Now Reading
6 Best Educational Ads: Where Advertising Becomes a Teacher

6 Best Educational Ads: Where Advertising Becomes a Teacher

6 best educational ads

Advertising, as a medium, has the power to materialise real change. After all, good advertising is good storytelling. And stories are often the centrepiece of all revolutions. Furthermore, it’s fair to say that educational ads perfectly capture this transformative ability. For instance, an Ad by Google increases the accessibility of artistic pursuits. Another ad in the same sphere makes a case against usage of insensitive language. That’s not all. Educational ads even have the potential to impact the educational world itself. An ad that popularises a font that aids memory retention brings this point home. Simply put, advertising can do a lot more than just increase revenue for MNCs. Here are 6 of the best educational ads that prove the same:

Google – Draw to Art | Doodle to discover great works of art

By: Google Arts & Culture Lab

Every great work of art started as a sketch, but what if your sketches could help you discover great works of art?

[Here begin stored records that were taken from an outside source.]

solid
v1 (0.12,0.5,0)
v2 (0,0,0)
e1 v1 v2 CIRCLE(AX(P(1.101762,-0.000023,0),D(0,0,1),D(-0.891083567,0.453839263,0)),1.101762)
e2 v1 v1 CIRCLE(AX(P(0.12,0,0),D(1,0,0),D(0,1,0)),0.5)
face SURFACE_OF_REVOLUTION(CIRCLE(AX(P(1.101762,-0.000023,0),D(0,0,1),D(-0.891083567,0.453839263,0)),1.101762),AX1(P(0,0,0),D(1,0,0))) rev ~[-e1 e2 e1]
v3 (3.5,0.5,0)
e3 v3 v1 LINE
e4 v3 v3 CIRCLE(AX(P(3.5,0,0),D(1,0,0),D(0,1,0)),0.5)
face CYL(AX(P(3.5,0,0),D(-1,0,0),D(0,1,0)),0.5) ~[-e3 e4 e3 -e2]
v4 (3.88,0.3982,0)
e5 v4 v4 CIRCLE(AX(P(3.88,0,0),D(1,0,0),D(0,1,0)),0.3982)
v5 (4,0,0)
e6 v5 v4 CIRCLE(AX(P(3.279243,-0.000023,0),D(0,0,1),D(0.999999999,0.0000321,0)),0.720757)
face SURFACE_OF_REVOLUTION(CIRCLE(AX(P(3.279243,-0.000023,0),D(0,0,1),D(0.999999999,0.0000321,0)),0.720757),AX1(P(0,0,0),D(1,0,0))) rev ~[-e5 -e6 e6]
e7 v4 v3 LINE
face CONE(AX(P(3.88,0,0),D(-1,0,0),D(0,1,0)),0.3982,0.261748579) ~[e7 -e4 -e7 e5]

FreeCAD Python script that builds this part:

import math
import FreeCAD as App
import Part
import Sketcher
from FreeCAD import Vector

doc = App.newDocument("Part")
body = doc.addObject("PartDesign::Body", "Body")

sketch1 = doc.addObject("Sketcher::SketchObject", "Sketch")
body.addObject(sketch1)
sketch1.AttachmentSupport = (doc.XY_Plane, [""])
sketch1.MapMode = "FlatFace"
sketch1.addGeometry(Part.ArcOfCircle(Part.Circle(Vector(3.28, 0, 0), Vector(0, 0, 1), 0.72), math.radians(0), math.radians(34)), False)
sketch1.addGeometry(Part.LineSegment(Vector(3.88, 0.4, 0), Vector(3.5, 0.5, 0)), False)
sketch1.addGeometry(Part.LineSegment(Vector(3.5, 0.5, 0), Vector(0.12, 0.5, 0)), False)
sketch1.addGeometry(Part.ArcOfCircle(Part.Circle(Vector(1.1, 0, 0), Vector(0, 0, 1), 1.1), math.radians(153), math.radians(180)), False)
sketch1.addGeometry(Part.LineSegment(Vector(0, 0, 0), Vector(4, 0, 0)), False)
sketch1.addConstraint(Sketcher.Constraint("Coincident", 0, 2, 1, 1))
sketch1.addConstraint(Sketcher.Constraint("Coincident", 1, 2, 2, 1))
sketch1.addConstraint(Sketcher.Constraint("Coincident", 2, 2, 3, 1))
sketch1.addConstraint(Sketcher.Constraint("Coincident", 3, 2, 4, 1))
sketch1.addConstraint(Sketcher.Constraint("Coincident", 4, 2, 0, 1))
sketch1.addConstraint(Sketcher.Constraint("Horizontal", 2))
sketch1.addConstraint(Sketcher.Constraint("Horizontal", 4))
sketch1.addConstraint(Sketcher.Constraint("Coincident", 3, 2, -1, 1))
sketch1.addConstraint(Sketcher.Constraint("PointOnObject", 0, 3, -1))
sketch1.addConstraint(Sketcher.Constraint("PointOnObject", 3, 3, -1))
sketch1.addConstraint(Sketcher.Constraint("DistanceX", 4, 1, 4, 2, 4.0))
sketch1.addConstraint(Sketcher.Constraint("DistanceY", -1, 1, 1, 2, 0.5))
sketch1.addConstraint(Sketcher.Constraint("DistanceX", 1, 2, 4, 2, 0.5))
sketch1.addConstraint(Sketcher.Constraint("DistanceX", -1, 1, 2, 2, 0.12))
sketch1.addConstraint(Sketcher.Constraint("DistanceX", 0, 2, 4, 2, 0.12))
sketch1.addConstraint(Sketcher.Constraint("Radius", 0, 0.7206))
revolution = doc.addObject("PartDesign::Revolution", "Revolution")
body.addObject(revolution)
revolution.Profile = sketch1
revolution.ReferenceAxis = (sketch1, ["H_Axis"])
revolution.Angle = 360

doc.recompute()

That’s the idea behind Draw to Art, a Google Arts & Culture installation in the form of an easel. It uses machine learning to match your doodles to paintings, sculptures, and drawings from museums around the world.

To create Draw to Art, we used the Sketchy database to train a neural network, teaching it to match doodles to artwork.

Sans Forgetica

Sans Forgetica is a font designed using the principles of cognitive psychology to help you to better remember your study notes. It was created by a multidisciplinary team of designers and behavioural scientists from RMIT University.

The Open Door Project

The Open Door Project is an institutional response by The Millennium School to the problem of children outside the education net. They believe that a large-scale campaign that enjoys the collective effort of private schools can help mitigate the crisis of over 8 million out-of-school kids in India. They are glad to see that Bhukkad — the film — resonates with the philosophy of The Millennium School, which has a love for learning and joyful learning as its bedrock.
Agency: FCB

A Future Without Change

Every year high school students are bombarded by university recruitment campaigns. So, while other universities showed students a perfect future, Monash University stood out by showing one plagued by problems.

VMLY&R created A Future Without Change, giving students a glimpse into what our world could become if we merely adapt to the issues we face instead of changing them.

With the help of each faculty, the team created 17 products that shouldn’t exist. These were brought to life through a multi-sensory campaign that the public could touch, hold, smell, taste and interact.

Client: Monash University
Agency: VMLY&R Melbourne

Reword

Bullying has moved from schoolyards to social media. Shielded by screens, kids often don’t consider the effect their words can really have. Headspace set out to find a way to tackle online bullying before it happens.

They created reword, an effective tool that works like a spell checker for online bullying. As a child types, this browser plug-in searches an evolving database of abusive words and phrases. When one is recognised, the child is instantly alerted with a red strikethrough, a simple symbol that encourages kids to reconsider what they write. reword has been embraced in Australia amongst children, parents and schools, and is having a genuine impact on online bullying behaviour. To date, when reword has been activated, 91% of insults have been corrected.

StorySign by Huawei

90% of deaf children are born to hearing parents, leading to communication issues, including the challenge of learning to read, which is so key to their future.

FCB Inferno created StorySign for Huawei, a free app that uses AI’s power to translate selected children’s books into sign language, delivered by Star, our friendly signing avatar.

Developed with an understanding of sign syntax to ensure a seamless translation and user experience, StorySign helps to open the world of books to deaf children and their families; users simply hold their phone up to the words on the page and avatar Star signs the story as the printed words are highlighted. This helps parents and children to learn to read together and at their own pace.